▶ [What you have to do]
Where the line with "#5=PRODUCT_DEFINITION_CONTEXT('',#1,'design');" appears below, start writing out lines exactly, and finish with the line with "#9=(NAMED_UNIT(*)PLANE_ANGLE_UNIT()SI_UNIT($,.RADIAN.));", which is included; write out nothing else.

Saved data entries:

^^^^

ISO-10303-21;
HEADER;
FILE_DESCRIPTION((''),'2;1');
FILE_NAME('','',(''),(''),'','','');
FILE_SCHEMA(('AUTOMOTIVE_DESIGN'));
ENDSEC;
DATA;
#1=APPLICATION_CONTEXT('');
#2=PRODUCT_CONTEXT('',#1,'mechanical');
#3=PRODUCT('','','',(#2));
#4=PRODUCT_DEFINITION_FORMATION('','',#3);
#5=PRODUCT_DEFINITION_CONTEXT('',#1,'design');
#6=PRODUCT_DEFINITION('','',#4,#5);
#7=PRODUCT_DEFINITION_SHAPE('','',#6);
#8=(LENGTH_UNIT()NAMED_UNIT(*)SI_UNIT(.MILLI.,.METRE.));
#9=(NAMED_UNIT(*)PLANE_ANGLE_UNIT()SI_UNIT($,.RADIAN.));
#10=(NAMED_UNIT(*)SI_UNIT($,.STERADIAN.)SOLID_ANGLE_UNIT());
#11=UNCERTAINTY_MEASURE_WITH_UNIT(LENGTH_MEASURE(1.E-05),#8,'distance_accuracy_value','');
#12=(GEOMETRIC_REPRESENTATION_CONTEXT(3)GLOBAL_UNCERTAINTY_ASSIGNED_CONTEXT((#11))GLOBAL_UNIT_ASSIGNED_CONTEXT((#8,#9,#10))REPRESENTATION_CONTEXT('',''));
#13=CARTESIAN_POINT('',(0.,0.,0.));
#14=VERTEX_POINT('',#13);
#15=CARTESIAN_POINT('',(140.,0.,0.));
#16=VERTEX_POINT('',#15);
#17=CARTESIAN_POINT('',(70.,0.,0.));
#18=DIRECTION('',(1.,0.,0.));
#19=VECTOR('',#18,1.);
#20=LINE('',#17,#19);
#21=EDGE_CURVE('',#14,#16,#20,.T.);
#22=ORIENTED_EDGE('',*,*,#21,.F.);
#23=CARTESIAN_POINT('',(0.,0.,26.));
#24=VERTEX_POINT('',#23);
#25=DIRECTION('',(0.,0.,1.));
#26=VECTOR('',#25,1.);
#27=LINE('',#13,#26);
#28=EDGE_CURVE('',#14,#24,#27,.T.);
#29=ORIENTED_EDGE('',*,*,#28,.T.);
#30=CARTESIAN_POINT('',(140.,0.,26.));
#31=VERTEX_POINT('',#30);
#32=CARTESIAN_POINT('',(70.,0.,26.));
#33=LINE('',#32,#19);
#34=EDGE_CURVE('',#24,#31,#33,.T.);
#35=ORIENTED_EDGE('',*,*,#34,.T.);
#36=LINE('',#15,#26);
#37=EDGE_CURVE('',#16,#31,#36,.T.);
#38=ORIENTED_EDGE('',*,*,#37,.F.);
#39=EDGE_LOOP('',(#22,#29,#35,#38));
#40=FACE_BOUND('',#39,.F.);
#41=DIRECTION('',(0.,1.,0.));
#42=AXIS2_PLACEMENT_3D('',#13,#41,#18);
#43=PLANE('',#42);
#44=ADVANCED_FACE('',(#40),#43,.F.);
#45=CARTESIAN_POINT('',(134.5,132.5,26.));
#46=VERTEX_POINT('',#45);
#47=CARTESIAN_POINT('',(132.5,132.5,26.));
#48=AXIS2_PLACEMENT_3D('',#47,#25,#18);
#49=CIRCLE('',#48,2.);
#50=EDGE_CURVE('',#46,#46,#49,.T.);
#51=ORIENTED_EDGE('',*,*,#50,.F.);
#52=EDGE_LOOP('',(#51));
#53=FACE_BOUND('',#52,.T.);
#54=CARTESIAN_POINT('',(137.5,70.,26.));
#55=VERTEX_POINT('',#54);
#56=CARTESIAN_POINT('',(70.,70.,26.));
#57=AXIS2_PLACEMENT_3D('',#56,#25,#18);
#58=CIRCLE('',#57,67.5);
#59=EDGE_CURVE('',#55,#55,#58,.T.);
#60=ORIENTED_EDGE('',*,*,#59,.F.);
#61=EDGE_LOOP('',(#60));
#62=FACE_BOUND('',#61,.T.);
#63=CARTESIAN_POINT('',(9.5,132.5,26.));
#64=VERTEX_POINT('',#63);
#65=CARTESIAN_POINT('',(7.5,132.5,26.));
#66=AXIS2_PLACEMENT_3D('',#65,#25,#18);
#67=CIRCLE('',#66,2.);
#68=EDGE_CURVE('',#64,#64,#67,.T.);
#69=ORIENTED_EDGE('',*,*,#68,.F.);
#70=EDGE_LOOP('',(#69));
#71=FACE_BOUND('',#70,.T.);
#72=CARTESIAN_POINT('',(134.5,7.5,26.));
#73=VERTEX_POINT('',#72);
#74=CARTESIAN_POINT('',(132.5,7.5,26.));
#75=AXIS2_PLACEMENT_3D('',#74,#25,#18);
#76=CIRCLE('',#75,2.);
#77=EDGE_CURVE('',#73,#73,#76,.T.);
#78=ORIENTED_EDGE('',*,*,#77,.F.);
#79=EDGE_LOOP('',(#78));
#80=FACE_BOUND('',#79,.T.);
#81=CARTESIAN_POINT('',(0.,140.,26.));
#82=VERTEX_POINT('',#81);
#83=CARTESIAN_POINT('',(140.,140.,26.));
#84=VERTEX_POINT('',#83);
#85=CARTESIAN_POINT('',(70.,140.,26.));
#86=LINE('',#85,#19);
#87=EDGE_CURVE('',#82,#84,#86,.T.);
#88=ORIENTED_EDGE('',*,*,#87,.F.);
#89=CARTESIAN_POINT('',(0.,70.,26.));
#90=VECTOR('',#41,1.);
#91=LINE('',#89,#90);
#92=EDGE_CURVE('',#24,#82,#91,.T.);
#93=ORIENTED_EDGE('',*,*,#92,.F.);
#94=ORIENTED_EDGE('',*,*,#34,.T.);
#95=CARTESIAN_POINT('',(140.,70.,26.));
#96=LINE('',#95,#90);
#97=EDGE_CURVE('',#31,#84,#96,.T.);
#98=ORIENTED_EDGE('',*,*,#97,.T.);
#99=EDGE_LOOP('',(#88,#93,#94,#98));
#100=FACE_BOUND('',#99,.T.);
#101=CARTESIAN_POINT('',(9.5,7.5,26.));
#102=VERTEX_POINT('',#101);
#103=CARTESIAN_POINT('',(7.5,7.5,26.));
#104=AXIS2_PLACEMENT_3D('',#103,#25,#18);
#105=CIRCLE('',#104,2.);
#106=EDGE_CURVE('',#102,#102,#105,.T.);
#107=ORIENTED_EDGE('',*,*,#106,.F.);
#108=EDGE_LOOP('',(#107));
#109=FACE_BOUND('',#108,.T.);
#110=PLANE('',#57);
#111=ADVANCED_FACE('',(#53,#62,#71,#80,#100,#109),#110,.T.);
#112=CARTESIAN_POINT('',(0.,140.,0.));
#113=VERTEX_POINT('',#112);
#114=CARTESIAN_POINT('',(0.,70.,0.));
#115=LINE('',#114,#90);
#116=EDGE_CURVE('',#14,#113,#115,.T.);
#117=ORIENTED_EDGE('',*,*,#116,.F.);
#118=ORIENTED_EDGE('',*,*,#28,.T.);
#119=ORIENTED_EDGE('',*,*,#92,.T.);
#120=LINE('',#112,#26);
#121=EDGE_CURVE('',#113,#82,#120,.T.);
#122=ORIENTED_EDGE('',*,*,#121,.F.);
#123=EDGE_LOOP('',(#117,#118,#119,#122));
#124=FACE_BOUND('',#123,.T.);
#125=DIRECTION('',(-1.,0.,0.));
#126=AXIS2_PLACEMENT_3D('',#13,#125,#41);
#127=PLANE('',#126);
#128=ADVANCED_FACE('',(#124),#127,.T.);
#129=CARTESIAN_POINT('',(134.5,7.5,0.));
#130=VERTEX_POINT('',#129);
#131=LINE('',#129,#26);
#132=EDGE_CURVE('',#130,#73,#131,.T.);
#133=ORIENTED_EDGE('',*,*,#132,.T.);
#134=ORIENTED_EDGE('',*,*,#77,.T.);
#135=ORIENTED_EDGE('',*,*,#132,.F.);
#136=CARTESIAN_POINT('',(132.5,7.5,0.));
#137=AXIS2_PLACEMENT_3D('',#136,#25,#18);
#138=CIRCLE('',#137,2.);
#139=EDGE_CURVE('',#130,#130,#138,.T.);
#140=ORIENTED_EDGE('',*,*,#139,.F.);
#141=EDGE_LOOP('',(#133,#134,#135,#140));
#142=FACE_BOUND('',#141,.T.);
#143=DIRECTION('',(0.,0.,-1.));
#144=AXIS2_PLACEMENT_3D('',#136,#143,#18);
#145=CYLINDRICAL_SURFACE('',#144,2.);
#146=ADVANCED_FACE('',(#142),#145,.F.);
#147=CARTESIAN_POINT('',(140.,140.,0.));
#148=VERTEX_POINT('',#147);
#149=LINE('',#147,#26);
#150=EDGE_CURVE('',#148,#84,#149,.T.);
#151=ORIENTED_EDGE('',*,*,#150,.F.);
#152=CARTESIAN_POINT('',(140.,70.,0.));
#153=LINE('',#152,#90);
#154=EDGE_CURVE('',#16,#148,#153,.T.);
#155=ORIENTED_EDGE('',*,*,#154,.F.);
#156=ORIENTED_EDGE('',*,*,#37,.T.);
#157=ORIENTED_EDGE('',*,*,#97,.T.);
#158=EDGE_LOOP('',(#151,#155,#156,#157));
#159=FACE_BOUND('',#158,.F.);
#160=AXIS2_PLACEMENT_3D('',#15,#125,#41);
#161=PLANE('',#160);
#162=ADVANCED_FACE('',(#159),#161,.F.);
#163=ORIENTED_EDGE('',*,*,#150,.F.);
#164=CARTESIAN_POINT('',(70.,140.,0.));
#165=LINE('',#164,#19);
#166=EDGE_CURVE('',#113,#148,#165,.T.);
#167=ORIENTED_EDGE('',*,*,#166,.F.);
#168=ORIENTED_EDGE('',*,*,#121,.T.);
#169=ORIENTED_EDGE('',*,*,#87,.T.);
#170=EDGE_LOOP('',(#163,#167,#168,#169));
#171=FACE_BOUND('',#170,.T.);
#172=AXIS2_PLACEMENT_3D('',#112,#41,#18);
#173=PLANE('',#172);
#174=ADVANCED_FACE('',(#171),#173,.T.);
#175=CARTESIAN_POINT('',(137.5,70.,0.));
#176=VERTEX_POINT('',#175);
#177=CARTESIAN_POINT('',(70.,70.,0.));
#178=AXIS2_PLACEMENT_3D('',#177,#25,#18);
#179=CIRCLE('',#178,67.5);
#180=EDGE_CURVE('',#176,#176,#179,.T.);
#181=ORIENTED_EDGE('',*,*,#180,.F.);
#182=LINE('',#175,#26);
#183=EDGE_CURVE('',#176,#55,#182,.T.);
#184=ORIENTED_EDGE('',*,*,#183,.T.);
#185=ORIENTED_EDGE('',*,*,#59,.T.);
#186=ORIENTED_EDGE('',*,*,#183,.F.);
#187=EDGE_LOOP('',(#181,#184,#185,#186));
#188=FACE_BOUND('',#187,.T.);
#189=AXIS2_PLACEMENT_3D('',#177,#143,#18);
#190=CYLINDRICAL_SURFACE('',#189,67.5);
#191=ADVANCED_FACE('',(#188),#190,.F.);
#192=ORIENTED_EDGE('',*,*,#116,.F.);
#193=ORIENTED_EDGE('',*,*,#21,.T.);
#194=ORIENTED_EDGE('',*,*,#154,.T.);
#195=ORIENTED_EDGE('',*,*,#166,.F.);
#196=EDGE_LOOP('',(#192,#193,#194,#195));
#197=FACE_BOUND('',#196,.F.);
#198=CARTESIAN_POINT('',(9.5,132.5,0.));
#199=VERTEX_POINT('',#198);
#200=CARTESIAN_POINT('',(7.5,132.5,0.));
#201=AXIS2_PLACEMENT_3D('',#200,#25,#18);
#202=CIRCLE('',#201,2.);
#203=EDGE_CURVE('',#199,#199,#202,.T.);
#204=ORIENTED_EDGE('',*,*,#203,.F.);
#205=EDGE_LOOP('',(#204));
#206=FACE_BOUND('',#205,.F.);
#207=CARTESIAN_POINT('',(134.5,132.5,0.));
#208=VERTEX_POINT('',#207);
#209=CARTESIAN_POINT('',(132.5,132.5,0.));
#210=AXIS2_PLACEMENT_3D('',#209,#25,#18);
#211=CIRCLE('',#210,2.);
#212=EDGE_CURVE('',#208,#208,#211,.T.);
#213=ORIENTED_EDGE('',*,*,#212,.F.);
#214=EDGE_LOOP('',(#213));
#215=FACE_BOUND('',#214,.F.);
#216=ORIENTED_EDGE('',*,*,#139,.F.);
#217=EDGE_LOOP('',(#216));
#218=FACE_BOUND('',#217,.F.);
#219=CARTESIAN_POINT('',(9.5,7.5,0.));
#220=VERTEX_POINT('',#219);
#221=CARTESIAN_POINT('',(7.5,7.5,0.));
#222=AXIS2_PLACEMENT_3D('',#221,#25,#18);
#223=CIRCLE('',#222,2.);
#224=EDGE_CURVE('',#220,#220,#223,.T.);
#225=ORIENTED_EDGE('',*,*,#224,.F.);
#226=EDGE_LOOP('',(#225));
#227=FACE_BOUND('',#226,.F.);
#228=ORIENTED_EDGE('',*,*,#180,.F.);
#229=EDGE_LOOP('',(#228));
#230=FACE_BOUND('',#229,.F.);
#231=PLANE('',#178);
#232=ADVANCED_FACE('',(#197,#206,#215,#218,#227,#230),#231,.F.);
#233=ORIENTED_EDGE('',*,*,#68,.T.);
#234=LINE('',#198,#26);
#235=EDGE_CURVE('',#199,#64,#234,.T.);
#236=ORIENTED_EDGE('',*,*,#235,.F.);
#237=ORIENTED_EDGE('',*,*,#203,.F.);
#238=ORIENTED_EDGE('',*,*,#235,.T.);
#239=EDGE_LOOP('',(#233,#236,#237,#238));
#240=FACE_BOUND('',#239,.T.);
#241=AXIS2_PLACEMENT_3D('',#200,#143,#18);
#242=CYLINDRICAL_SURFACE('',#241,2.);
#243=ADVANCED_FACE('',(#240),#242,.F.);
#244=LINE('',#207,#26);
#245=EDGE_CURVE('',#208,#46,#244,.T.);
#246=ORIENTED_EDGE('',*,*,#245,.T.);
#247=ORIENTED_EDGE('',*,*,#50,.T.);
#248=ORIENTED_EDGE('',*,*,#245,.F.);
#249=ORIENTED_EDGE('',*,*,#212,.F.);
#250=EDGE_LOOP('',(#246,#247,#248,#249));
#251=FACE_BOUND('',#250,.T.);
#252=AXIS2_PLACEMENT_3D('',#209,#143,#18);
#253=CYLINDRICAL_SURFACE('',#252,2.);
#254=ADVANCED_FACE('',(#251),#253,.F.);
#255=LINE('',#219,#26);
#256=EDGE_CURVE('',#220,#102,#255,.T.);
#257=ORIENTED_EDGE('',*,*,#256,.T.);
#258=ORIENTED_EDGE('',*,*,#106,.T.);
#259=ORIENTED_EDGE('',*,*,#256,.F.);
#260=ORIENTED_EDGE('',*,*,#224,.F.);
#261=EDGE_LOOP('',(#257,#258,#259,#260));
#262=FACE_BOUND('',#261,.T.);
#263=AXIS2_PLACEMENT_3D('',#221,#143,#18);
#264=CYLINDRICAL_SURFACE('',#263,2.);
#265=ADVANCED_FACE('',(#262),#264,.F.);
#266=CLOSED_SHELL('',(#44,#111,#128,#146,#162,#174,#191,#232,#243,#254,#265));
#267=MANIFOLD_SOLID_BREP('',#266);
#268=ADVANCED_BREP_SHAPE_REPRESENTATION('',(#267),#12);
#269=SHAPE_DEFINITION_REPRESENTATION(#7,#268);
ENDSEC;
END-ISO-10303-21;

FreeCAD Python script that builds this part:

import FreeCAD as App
import Part
import Sketcher

V = App.Vector

doc = App.newDocument("Part")
body = doc.addObject("PartDesign::Body", "Body")

# Sketch on XY plane
sketch1 = body.newObject("Sketcher::SketchObject", "Sketch")
sketch1.AttachmentSupport = (doc.getObject("XY_Plane"), [""])
sketch1.MapMode = "FlatFace"
sketch1.addGeometry([
    Part.LineSegment(V(0, 140, 0), V(0, 0, 0)),  # 0
    Part.LineSegment(V(0, 0, 0), V(140, 0, 0)),  # 1
    Part.LineSegment(V(140, 0, 0), V(140, 140, 0)),  # 2
    Part.LineSegment(V(140, 140, 0), V(0, 140, 0)),  # 3
    Part.Circle(V(7.5, 7.5, 0), V(0, 0, 1), 2),  # 4
    Part.Circle(V(132.5, 7.5, 0), V(0, 0, 1), 2),  # 5
    Part.Circle(V(7.5, 132.5, 0), V(0, 0, 1), 2),  # 6
    Part.Circle(V(70, 70, 0), V(0, 0, 1), 67.5),  # 7
    Part.Circle(V(132.5, 132.5, 0), V(0, 0, 1), 2),  # 8
], False)
sketch1.addConstraint([
    Sketcher.Constraint("Coincident", 0, 2, 1, 1),
    Sketcher.Constraint("Coincident", 1, 2, 2, 1),
    Sketcher.Constraint("Coincident", 2, 2, 3, 1),
    Sketcher.Constraint("Coincident", 3, 2, 0, 1),
    Sketcher.Constraint("Vertical", 0),
    Sketcher.Constraint("Horizontal", 1),
    Sketcher.Constraint("Vertical", 2),
    Sketcher.Constraint("Horizontal", 3),
    Sketcher.Constraint("Coincident", 0, 2, -1, 1),
    Sketcher.Constraint("Equal", 4, 5),
    Sketcher.Constraint("Equal", 5, 6),
    Sketcher.Constraint("Equal", 6, 8),
    Sketcher.Constraint("Horizontal", 4, 3, 5, 3),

^^^^

▶ [Output]
#5=PRODUCT_DEFINITION_CONTEXT('',#1,'design');
#6=PRODUCT_DEFINITION('','',#4,#5);
#7=PRODUCT_DEFINITION_SHAPE('','',#6);
#8=(LENGTH_UNIT()NAMED_UNIT(*)SI_UNIT(.MILLI.,.METRE.));
#9=(NAMED_UNIT(*)PLANE_ANGLE_UNIT()SI_UNIT($,.RADIAN.));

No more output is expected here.